══ Given entries ══
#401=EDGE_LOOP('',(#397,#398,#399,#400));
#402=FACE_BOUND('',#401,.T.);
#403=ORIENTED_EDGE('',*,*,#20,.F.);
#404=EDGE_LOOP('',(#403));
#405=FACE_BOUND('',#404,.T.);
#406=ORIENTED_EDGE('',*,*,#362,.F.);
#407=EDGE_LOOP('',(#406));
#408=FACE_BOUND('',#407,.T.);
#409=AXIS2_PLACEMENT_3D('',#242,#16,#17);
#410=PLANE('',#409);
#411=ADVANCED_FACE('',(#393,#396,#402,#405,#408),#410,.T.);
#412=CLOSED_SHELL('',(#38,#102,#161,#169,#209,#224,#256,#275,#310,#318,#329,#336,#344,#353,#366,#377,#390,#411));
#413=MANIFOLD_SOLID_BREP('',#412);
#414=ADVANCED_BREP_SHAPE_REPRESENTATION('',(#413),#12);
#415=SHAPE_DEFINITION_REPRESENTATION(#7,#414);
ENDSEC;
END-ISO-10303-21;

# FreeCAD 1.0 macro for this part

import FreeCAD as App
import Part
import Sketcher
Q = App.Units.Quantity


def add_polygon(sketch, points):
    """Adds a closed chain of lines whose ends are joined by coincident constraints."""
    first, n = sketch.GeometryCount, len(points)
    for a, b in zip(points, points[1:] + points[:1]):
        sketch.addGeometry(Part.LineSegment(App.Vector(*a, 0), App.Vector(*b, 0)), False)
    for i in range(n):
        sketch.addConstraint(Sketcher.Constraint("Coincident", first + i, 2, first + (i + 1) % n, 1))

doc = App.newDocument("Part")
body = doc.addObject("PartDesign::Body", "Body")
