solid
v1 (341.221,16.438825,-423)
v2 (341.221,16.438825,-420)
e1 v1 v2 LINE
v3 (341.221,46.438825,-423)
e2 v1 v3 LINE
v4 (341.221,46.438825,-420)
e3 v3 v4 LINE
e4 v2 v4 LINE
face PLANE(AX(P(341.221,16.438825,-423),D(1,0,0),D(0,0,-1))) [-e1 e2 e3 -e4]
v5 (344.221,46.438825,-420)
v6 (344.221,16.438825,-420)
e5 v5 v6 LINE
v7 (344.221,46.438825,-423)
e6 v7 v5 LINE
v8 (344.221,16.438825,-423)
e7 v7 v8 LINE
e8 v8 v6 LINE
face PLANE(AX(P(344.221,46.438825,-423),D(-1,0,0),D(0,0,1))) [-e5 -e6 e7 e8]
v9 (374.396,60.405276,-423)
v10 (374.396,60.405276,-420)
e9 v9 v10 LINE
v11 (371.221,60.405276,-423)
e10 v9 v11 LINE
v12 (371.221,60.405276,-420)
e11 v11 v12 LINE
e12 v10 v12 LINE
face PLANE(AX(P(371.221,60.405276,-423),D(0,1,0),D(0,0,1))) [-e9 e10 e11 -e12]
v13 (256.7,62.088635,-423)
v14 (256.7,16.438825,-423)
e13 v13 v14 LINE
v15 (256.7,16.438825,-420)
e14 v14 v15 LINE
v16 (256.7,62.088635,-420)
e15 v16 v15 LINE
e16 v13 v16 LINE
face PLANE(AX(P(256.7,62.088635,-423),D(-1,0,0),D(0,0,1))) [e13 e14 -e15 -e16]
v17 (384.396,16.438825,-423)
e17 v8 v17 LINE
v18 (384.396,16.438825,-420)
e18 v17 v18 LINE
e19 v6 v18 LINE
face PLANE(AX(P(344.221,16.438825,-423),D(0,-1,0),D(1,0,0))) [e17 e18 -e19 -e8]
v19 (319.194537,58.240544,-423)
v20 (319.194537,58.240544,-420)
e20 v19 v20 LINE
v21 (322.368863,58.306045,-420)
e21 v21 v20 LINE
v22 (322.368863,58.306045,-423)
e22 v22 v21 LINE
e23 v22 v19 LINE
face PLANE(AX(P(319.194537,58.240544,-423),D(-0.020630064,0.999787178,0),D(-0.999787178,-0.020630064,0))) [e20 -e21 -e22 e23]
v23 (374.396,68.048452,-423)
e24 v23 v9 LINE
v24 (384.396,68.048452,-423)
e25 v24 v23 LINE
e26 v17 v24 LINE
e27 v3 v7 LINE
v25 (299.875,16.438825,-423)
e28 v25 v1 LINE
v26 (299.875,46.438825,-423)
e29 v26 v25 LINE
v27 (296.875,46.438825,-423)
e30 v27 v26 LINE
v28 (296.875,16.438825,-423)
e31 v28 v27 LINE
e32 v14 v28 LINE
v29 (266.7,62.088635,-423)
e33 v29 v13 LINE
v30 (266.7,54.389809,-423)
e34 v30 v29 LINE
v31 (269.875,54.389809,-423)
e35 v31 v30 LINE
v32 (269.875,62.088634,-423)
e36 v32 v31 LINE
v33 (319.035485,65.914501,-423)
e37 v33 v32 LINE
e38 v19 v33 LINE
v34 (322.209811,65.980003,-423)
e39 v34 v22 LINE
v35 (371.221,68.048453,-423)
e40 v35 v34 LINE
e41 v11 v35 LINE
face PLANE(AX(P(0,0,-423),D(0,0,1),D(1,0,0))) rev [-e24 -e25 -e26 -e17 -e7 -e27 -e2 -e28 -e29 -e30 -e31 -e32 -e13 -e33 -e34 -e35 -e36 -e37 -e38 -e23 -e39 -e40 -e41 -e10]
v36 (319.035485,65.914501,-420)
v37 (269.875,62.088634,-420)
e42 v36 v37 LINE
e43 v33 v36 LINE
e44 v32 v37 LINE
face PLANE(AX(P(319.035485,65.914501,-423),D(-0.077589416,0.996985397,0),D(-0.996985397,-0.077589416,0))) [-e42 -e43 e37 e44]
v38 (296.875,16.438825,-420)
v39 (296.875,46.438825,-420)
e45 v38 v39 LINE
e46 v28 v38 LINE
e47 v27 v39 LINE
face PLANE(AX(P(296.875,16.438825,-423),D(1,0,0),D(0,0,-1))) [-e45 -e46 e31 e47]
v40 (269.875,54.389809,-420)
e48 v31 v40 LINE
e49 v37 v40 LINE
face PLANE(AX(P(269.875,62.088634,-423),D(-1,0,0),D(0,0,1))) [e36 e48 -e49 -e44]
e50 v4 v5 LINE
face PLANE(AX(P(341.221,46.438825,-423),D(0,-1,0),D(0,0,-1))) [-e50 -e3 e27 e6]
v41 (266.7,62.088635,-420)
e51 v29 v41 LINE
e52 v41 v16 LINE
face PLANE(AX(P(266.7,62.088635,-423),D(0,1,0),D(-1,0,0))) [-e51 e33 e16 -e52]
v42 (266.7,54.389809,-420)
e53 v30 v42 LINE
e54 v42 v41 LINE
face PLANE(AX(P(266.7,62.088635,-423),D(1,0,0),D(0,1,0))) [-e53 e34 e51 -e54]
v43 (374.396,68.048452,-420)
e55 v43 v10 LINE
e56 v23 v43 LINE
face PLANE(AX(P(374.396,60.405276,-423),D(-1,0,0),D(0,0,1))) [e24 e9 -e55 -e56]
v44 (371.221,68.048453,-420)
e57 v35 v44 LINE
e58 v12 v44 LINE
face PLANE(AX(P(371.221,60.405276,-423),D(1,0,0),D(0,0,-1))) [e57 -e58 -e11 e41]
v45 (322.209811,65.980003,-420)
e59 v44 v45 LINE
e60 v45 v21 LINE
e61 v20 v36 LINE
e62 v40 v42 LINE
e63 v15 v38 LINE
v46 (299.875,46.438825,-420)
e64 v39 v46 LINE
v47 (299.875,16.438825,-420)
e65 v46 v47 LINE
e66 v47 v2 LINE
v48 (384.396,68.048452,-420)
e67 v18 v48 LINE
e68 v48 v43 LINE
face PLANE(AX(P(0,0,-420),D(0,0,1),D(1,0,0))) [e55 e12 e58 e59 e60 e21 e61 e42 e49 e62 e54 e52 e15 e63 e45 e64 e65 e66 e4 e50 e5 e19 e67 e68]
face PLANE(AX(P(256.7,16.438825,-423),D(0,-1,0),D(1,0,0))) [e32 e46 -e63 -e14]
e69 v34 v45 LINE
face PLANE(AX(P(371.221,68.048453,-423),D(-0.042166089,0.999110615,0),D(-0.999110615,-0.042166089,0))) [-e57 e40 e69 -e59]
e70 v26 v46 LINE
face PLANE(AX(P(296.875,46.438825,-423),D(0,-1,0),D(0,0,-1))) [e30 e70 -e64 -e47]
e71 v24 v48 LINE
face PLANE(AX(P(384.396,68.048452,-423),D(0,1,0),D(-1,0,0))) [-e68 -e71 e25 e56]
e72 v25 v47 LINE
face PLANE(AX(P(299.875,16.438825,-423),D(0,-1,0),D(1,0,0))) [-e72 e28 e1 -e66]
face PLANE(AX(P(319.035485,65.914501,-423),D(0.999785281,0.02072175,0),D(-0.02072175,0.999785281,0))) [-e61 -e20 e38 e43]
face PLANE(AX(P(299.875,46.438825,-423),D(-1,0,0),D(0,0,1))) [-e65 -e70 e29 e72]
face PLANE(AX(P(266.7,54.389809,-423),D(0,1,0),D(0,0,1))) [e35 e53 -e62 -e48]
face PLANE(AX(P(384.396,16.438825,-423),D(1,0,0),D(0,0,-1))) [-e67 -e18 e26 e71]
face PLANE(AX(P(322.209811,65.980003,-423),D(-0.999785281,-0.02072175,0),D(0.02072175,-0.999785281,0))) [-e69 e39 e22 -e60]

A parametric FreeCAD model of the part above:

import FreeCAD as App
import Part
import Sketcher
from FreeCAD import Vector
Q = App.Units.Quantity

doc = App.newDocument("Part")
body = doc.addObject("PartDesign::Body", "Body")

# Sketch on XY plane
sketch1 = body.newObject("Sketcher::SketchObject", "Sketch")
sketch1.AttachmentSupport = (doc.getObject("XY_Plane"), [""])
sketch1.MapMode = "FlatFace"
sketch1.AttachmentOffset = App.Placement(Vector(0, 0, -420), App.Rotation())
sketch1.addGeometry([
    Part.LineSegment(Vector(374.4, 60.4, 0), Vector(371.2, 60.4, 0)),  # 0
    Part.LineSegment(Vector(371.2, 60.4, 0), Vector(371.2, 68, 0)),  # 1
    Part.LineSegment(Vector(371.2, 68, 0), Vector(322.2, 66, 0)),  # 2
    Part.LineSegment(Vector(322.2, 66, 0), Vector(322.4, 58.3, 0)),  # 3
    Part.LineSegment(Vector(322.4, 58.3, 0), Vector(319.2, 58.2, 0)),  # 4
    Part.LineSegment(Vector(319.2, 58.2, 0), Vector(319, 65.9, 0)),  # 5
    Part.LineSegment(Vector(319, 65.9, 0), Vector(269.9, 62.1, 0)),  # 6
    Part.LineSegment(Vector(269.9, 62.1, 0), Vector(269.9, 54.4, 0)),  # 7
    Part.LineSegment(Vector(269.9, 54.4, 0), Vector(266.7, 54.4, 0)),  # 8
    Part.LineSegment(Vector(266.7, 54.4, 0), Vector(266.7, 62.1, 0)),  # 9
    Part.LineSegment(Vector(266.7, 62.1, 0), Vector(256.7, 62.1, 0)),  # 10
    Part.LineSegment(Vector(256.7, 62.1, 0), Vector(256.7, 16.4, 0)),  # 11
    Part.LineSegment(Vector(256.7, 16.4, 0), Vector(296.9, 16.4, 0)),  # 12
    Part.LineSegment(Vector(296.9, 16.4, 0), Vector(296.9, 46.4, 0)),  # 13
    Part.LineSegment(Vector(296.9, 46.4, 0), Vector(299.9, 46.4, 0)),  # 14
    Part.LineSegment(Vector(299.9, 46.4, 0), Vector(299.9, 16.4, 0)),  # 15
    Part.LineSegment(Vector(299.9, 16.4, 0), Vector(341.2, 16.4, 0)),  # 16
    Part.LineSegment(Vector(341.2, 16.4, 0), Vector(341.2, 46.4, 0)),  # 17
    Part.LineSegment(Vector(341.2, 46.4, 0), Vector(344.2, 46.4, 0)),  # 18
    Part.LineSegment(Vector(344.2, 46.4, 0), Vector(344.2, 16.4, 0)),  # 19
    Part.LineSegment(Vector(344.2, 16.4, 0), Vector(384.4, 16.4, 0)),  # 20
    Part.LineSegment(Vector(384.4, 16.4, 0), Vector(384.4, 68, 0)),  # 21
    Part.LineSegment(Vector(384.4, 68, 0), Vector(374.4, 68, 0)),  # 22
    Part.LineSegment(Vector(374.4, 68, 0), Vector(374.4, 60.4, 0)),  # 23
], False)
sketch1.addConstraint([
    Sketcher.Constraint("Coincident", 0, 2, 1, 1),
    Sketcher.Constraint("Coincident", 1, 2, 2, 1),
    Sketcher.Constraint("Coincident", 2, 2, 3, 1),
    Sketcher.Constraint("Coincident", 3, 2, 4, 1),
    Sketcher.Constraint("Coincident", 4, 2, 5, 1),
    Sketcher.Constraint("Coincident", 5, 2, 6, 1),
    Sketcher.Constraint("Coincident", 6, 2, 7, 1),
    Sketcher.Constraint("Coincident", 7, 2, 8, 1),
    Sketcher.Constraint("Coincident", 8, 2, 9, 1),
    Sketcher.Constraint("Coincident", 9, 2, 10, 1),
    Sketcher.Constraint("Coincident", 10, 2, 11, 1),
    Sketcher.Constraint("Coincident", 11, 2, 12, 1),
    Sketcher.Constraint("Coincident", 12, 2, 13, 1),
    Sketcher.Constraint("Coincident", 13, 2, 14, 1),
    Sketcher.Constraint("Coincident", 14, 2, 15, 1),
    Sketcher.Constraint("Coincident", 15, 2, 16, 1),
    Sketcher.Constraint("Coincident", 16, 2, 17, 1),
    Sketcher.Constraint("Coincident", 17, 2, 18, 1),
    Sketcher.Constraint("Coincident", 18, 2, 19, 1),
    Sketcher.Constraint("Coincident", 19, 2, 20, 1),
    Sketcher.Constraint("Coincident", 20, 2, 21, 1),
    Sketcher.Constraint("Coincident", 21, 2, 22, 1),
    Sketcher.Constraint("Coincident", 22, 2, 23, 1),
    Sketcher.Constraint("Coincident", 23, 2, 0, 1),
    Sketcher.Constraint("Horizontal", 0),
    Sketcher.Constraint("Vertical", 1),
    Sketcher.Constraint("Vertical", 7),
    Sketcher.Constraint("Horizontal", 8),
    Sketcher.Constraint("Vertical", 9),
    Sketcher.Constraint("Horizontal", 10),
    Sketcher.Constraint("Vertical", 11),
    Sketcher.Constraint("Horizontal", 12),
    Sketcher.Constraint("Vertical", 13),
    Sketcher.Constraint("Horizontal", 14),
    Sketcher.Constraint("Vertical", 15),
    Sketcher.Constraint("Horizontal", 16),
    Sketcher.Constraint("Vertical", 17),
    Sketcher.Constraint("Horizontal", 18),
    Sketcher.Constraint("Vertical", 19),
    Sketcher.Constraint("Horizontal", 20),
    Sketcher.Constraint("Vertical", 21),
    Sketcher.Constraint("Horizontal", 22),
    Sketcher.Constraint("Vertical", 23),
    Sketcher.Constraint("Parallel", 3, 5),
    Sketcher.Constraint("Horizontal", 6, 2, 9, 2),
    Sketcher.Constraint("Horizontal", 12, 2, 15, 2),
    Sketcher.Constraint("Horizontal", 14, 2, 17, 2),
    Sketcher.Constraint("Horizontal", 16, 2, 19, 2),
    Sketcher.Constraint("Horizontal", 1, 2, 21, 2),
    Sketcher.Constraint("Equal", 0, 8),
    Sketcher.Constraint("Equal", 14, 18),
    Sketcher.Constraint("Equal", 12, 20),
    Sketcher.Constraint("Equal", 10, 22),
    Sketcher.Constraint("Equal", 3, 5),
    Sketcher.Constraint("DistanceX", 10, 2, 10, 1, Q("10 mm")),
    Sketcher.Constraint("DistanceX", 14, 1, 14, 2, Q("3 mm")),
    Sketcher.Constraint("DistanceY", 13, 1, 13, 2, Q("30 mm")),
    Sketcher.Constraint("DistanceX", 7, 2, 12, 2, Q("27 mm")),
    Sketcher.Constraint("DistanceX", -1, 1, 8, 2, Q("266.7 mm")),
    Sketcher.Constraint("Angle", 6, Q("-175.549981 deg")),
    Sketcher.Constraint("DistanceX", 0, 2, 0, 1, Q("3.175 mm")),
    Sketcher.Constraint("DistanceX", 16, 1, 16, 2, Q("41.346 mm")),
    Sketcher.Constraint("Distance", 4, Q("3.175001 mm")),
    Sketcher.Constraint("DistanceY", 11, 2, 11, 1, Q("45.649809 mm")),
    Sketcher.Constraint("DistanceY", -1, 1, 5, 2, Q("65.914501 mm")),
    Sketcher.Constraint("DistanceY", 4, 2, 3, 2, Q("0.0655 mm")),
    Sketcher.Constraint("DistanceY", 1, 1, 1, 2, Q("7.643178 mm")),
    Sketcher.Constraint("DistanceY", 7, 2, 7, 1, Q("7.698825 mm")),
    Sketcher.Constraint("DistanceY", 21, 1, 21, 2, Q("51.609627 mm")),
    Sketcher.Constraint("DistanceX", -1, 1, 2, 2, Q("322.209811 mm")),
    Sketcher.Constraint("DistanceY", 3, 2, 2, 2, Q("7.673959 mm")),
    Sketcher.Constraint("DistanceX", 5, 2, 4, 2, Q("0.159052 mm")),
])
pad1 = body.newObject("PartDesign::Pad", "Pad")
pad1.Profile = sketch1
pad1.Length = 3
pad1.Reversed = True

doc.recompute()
═══
From the entries above, print the lines beginning at the one with "e3 v3 v4 LINE" and stopping after the one with "v13 (256.7,62.088635,-423)", exactly as written and with nothing else.

e3 v3 v4 LINE
e4 v2 v4 LINE
face PLANE(AX(P(341.221,16.438825,-423),D(1,0,0),D(0,0,-1))) [-e1 e2 e3 -e4]
v5 (344.221,46.438825,-420)
v6 (344.221,16.438825,-420)
e5 v5 v6 LINE
v7 (344.221,46.438825,-423)
e6 v7 v5 LINE
v8 (344.221,16.438825,-423)
e7 v7 v8 LINE
e8 v8 v6 LINE
face PLANE(AX(P(344.221,46.438825,-423),D(-1,0,0),D(0,0,1))) [-e5 -e6 e7 e8]
v9 (374.396,60.405276,-423)
v10 (374.396,60.405276,-420)
e9 v9 v10 LINE
v11 (371.221,60.405276,-423)
e10 v9 v11 LINE
v12 (371.221,60.405276,-420)
e11 v11 v12 LINE
e12 v10 v12 LINE
face PLANE(AX(P(371.221,60.405276,-423),D(0,1,0),D(0,0,1))) [-e9 e10 e11 -e12]
v13 (256.7,62.088635,-423)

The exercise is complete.